In the spring of 2011, Barnard launched a strategic planning process. The goal, as with most such processes, was to outline our plans and dreams for the College’s next decade; to figure out as a community where we were heading, and how we wanted to go. I led most of the sessions myself, armed with some whiteboards, markers, and Professor Paul Hertz, who was serving at the time as our interim provost. They were lively sessions, and—despite a predictably wide range of people, opinions, and preferences—remarkably consistent. At each session, Professor Hertz and I asked: “What do you see as Barnard’s greatest challenge in the years ahead?” (We also asked, more optimistically, about the College’s greatest strengths and opportunities.) And at each session, voiced loudly and circled in red on every board and flip chart, was the single, simple word: SPACE.
From those beginnings—humble yet powerful—our new teaching and learning center was born. In the Strategic Plan, we outlined our hopes for a new building that would create sufficient space for the College to grow; embrace the latest technology and thought in library design; and brin students and faculty into closer proximity, “literally embracing the connections that lie at the core of Barnard’s learning philosophy.” We then consulted with real estate experts about the best possible site for such a space; with architectural planners about various construction plans and configurations; with faculty committees and library staff about needs for the new space; and with investment advisors about potential modes of funding. And now, nearly five years later, we find ourselves on the cusp of what will be a transformative building project—not only for the Barnard campus, but for the entire Barnard community as well.
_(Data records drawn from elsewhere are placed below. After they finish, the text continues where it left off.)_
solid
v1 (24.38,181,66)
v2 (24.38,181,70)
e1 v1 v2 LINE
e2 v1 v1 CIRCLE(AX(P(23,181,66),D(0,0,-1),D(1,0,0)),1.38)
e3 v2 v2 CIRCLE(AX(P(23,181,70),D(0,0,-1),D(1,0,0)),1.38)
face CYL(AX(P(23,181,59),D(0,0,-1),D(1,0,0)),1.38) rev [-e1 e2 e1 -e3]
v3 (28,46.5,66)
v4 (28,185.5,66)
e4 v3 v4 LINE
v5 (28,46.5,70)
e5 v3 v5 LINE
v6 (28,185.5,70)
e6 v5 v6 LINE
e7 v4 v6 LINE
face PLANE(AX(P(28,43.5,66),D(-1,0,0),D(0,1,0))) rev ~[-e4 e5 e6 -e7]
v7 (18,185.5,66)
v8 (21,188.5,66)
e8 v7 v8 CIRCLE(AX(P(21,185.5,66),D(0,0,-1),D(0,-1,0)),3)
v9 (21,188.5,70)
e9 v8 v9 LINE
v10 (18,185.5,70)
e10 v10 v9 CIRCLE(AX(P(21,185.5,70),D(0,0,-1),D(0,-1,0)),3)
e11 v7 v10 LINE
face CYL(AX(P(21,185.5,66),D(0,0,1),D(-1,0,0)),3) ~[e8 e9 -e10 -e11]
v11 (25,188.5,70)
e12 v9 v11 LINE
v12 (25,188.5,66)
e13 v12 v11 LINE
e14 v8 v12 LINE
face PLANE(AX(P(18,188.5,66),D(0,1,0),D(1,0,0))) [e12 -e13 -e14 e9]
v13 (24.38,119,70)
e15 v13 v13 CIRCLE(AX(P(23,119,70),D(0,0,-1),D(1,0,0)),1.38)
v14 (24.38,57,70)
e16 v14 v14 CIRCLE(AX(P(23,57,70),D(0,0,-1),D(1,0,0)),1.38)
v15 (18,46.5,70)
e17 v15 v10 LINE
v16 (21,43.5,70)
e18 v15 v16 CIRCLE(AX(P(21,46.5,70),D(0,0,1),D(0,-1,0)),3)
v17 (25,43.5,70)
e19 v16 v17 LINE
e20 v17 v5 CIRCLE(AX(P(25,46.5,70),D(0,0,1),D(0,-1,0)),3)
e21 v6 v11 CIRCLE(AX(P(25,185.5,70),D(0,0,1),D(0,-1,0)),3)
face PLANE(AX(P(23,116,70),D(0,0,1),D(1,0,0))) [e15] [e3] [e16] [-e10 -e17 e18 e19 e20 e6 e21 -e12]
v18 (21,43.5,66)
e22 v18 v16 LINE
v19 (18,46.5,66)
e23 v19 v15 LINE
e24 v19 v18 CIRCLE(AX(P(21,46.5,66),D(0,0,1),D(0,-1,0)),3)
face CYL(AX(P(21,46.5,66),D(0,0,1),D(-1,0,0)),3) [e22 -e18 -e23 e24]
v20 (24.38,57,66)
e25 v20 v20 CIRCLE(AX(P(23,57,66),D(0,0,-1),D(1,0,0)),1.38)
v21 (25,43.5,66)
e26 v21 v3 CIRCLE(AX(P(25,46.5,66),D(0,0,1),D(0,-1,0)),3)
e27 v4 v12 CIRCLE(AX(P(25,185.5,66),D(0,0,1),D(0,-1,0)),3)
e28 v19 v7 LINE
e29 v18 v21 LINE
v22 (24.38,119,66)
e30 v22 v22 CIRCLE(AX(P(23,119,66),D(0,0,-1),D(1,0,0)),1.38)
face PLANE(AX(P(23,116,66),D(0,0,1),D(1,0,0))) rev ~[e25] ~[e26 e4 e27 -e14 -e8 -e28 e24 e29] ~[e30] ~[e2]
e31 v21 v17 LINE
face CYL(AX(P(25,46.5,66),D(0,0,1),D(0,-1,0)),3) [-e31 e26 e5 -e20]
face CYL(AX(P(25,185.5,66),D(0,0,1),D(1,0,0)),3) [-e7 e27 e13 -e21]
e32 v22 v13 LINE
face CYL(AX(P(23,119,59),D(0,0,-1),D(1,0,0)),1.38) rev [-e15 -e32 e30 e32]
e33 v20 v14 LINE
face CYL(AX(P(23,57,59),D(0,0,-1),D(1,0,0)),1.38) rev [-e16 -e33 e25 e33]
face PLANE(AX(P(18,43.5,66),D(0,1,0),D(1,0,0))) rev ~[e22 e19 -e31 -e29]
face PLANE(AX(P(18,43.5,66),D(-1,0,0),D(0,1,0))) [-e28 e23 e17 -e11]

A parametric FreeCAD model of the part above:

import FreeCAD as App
import Part
import Sketcher
from FreeCAD import Vector
Q = App.Units.Quantity


def edges_at(feature, points):
    """Names of the edges that pass closest to the given points."""
    edges = feature.Shape.Edges
    near = lambda p: min(range(len(edges)), key=lambda i: edges[i].distToShape(Part.Vertex(*p))[0])
    return sorted({f"Edge{near(p) + 1}" for p in points})


def add_polygon(sketch, points):
    """Adds a closed chain of lines whose ends are joined by coincident constraints."""
    first, n = sketch.GeometryCount, len(points)
    for a, b in zip(points, points[1:] + points[:1]):
        sketch.addGeometry(Part.LineSegment(App.Vector(*a, 0), App.Vector(*b, 0)), False)
    for i in range(n):
        sketch.addConstraint(Sketcher.Constraint("Coincident", first + i, 2, first + (i + 1) % n, 1))

doc = App.newDocument("Part")
params = doc.addObject("Spreadsheet::Sheet", "Params")
for row, (alias, value) in enumerate([
    ("sketch1_diameter", "2.76 mm"),
    ("pad1_length", "13 mm"),
    ("sketch2_diameter", "2.76 mm"),
    ("pad2_length", "13 mm"),
    ("sketch3_diameter", "2.76 mm"),
    ("pad3_length", "13 mm"),
    ("sketch4_width", "10 mm"),
    ("sketch4_height", "145 mm"),
    ("pad4_length", "4 mm"),
    ("fillet_radius", "3 mm"),
], start=1):
    params.set(f"A{row}", alias)
    params.set(f"B{row}", "=" + value)
    params.setAlias(f"B{row}", alias)

body = doc.addObject("PartDesign::Body", "Body")

sketch1 = body.newObject("Sketcher::SketchObject", "Sketch")
sketch1.AttachmentSupport = (doc.getObject("XY_Plane"), [""])
sketch1.MapMode = "FlatFace"
sketch1.AttachmentOffset = App.Placement(Vector(0, 0, 59), App.Rotation())
sketch1.addGeometry(Part.Circle(Vector(25, 188.5, 0), Vector(0, 0, 1), 1.4), False)
sketch1.addConstraint([
    Sketcher.Constraint("Diameter", 0, Q("2.76 mm")),
    Sketcher.Constraint("DistanceX", -1, 1, 0, 3, Q("25 mm")),
    Sketcher.Constraint("DistanceY", -1, 1, 0, 3, Q("188.5 mm")),
])
sketch1.setExpression("Constraints[0]", "Params.sketch1_diameter")
pad1 = body.newObject("PartDesign::Pad", "Pad")
pad1.Profile = sketch1
pad1.setExpression("Length", "Params.pad1_length")
body2 = doc.addObject("PartDesign::Body", "Body001")

sketch2 = body2.newObject("Sketcher::SketchObject", "Sketch001")
sketch2.AttachmentSupport = (doc.getObject("XY_Plane001"), [""])
sketch2.MapMode = "FlatFace"
sketch2.AttachmentOffset = App.Placement(Vector(0, 0, 59), App.Rotation())
sketch2.addGeometry(Part.Circle(Vector(25, 126.5, 0), Vector(0, 0, 1), 1.4), False)
sketch2.addConstraint([
    Sketcher.Constraint("Diameter", 0, Q("2.76 mm")),
    Sketcher.Constraint("DistanceX", -1, 1, 0, 3, Q("25 mm")),
    Sketcher.Constraint("DistanceY", -1, 1, 0, 3, Q("126.5 mm")),
])
sketch2.setExpression("Constraints[0]", "Params.sketch2_diameter")
pad2 = body2.newObject("PartDesign::Pad", "Pad001")
pad2.Profile = sketch2
pad2.setExpression("Length", "Params.pad2_length")
body3 = doc.addObject("PartDesign::Body", "Body002")

sketch3 = body3.newObject("Sketcher::SketchObject", "Sketch002")
sketch3.AttachmentSupport = (doc.getObject("XY_Plane002"), [""])
sketch3.MapMode = "FlatFace"
sketch3.AttachmentOffset = App.Placement(Vector(0, 0, 59), App.Rotation())
sketch3.addGeometry(Part.Circle(Vector(25, 64.5, 0), Vector(0, 0, 1), 1.4), False)
sketch3.addConstraint([
    Sketcher.Constraint("Diameter", 0, Q("2.76 mm")),
    Sketcher.Constraint("DistanceX", -1, 1, 0, 3, Q("25 mm")),
    Sketcher.Constraint("DistanceY", -1, 1, 0, 3, Q("64.5 mm")),
])
sketch3.setExpression("Constraints[0]", "Params.sketch3_diameter")
pad3 = body3.newObject("PartDesign::Pad", "Pad002")
pad3.Profile = sketch3
pad3.setExpression("Length", "Params.pad3_length")
body4 = doc.addObject("PartDesign::Body", "Body003")

sketch4 = body4.newObject("Sketcher::SketchObject", "Sketch003")
sketch4.AttachmentSupport = (doc.getObject("XY_Plane003"), [""])
sketch4.MapMode = "FlatFace"
sketch4.AttachmentOffset = App.Placement(Vector(0, 0, 66), App.Rotation())
add_polygon(sketch4, [(20, 196), (20, 51), (30, 51), (30, 196)])
sketch4.addConstraint([
    Sketcher.Constraint("Vertical", 0),
    Sketcher.Constraint("Horizontal", 1),
    Sketcher.Constraint("Vertical", 2),
    Sketcher.Constraint("Horizontal", 3),
    Sketcher.Constraint("DistanceX", 1, 1, 1, 2, Q("10 mm")),
    Sketcher.Constraint("DistanceY", 0, 2, 0, 1, Q("145 mm")),
    Sketcher.Constraint("DistanceX", -1, 1, 0, 2, Q("20 mm")),
    Sketcher.Constraint("DistanceY", -1, 1, 0, 2, Q("51 mm")),
])
sketch4.setExpression("Constraints[8]", "Params.sketch4_width")
sketch4.setExpression("Constraints[9]", "Params.sketch4_height")
pad4 = body4.newObject("PartDesign::Pad", "Pad003")
pad4.Profile = sketch4
pad4.setExpression("Length", "Params.pad4_length")
doc.recompute()

fillet = body4.newObject("PartDesign::Fillet", "Fillet")
fillet.Base = (pad4, edges_at(pad4, [
    (20, 51, 68),
    (20, 196, 68),
    (30, 51, 68),
    (30, 196, 68),
]))
fillet.setExpression("Radius", "Params.fillet_radius")
doc.recompute()

boolean = body4.newObject("PartDesign::Boolean", "Boolean")
boolean.Type = "Cut"
boolean.addObjects([body3])
doc.recompute()

boolean2 = body4.newObject("PartDesign::Boolean", "Boolean001")
boolean2.Type = "Cut"
boolean2.addObjects([body2])
doc.recompute()

boolean3 = body4.newObject("PartDesign::Boolean", "Boolean002")
boolean3.Type = "Cut"
boolean3.addObjects([body])
body5 = doc.addObject("PartDesign::Body", "Body004")
doc.recompute()

body4.Placement = App.Placement(Vector(-2, -7.5, 0), App.Rotation(Vector(0, 0, 1), 0))
boolean4 = body5.newObject("PartDesign::Boolean", "Boolean003")
boolean4.Type = "Fuse"
boolean4.addObjects([body4])

doc.recompute()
Our students come to college to learn—to read and study and analyze texts and problems sets. They love the city, too, of course, as well as all of their extracurricular pursuits. But, for the most part, our students choose Barnard because they want to get the kind of education that we pride ourselves on providing. But our library, which should be the physical heart of our learning endeavor, simply does not live up to what our students and our faculty deserve. Our library staff is stellar. We have a dedicated team of top-notch archivists, a cutting-edge group of media technologists, and—unique to Barnard—a staff of research librarians who serve as individual consultants to our students. But the physical space that has housed and surrounded this staff since 1959 is far less impressive. It is a building built, understandably, for the learning environment of the mid-20th century, an environment dominated by stacks of books, single-space carrels, large check-out desks, and smoking lounges. Our students study differently today. They read online, they study with coffee, they work in groups with an ever-expanding array of media. They write, still, but they also produce films and zines and three-dimensional models. Our new library will give them the tools and space they need to create work that is relevant today and in the future.
When the building opens in 2018, it will give our campus an additional 63,000 square feet of total space, including 185 additional seats for reading and study and nine new classrooms. It will contain 155,000 books (nearly all of our current collection), still arranged in the kind of easily accessible shelves that allow for browsing and serendipitous discovery. It will house a digital movement laboratory, a maker space, and a digital humanities center—the kinds of flexible rooms and places that will allow our students and faculty to keep pace with the changing nature of education and pedagogy. Stretching across the sixth floor, it will also house an innovative Computational Science Center, a laboratory and teaching space that will both literally and figuratively connect computing technologies to our natural-science classrooms. Faculty offices in the new building will be light and open, bringing professors from our social sciences departments (economics, history, political science, and urban studies) into easy proximity with one another and providing spectacular views of both the city and the Hudson. Together, these new spaces will do much more than house and accommodate our students, faculty, and staff. They will be worthy of them, as well.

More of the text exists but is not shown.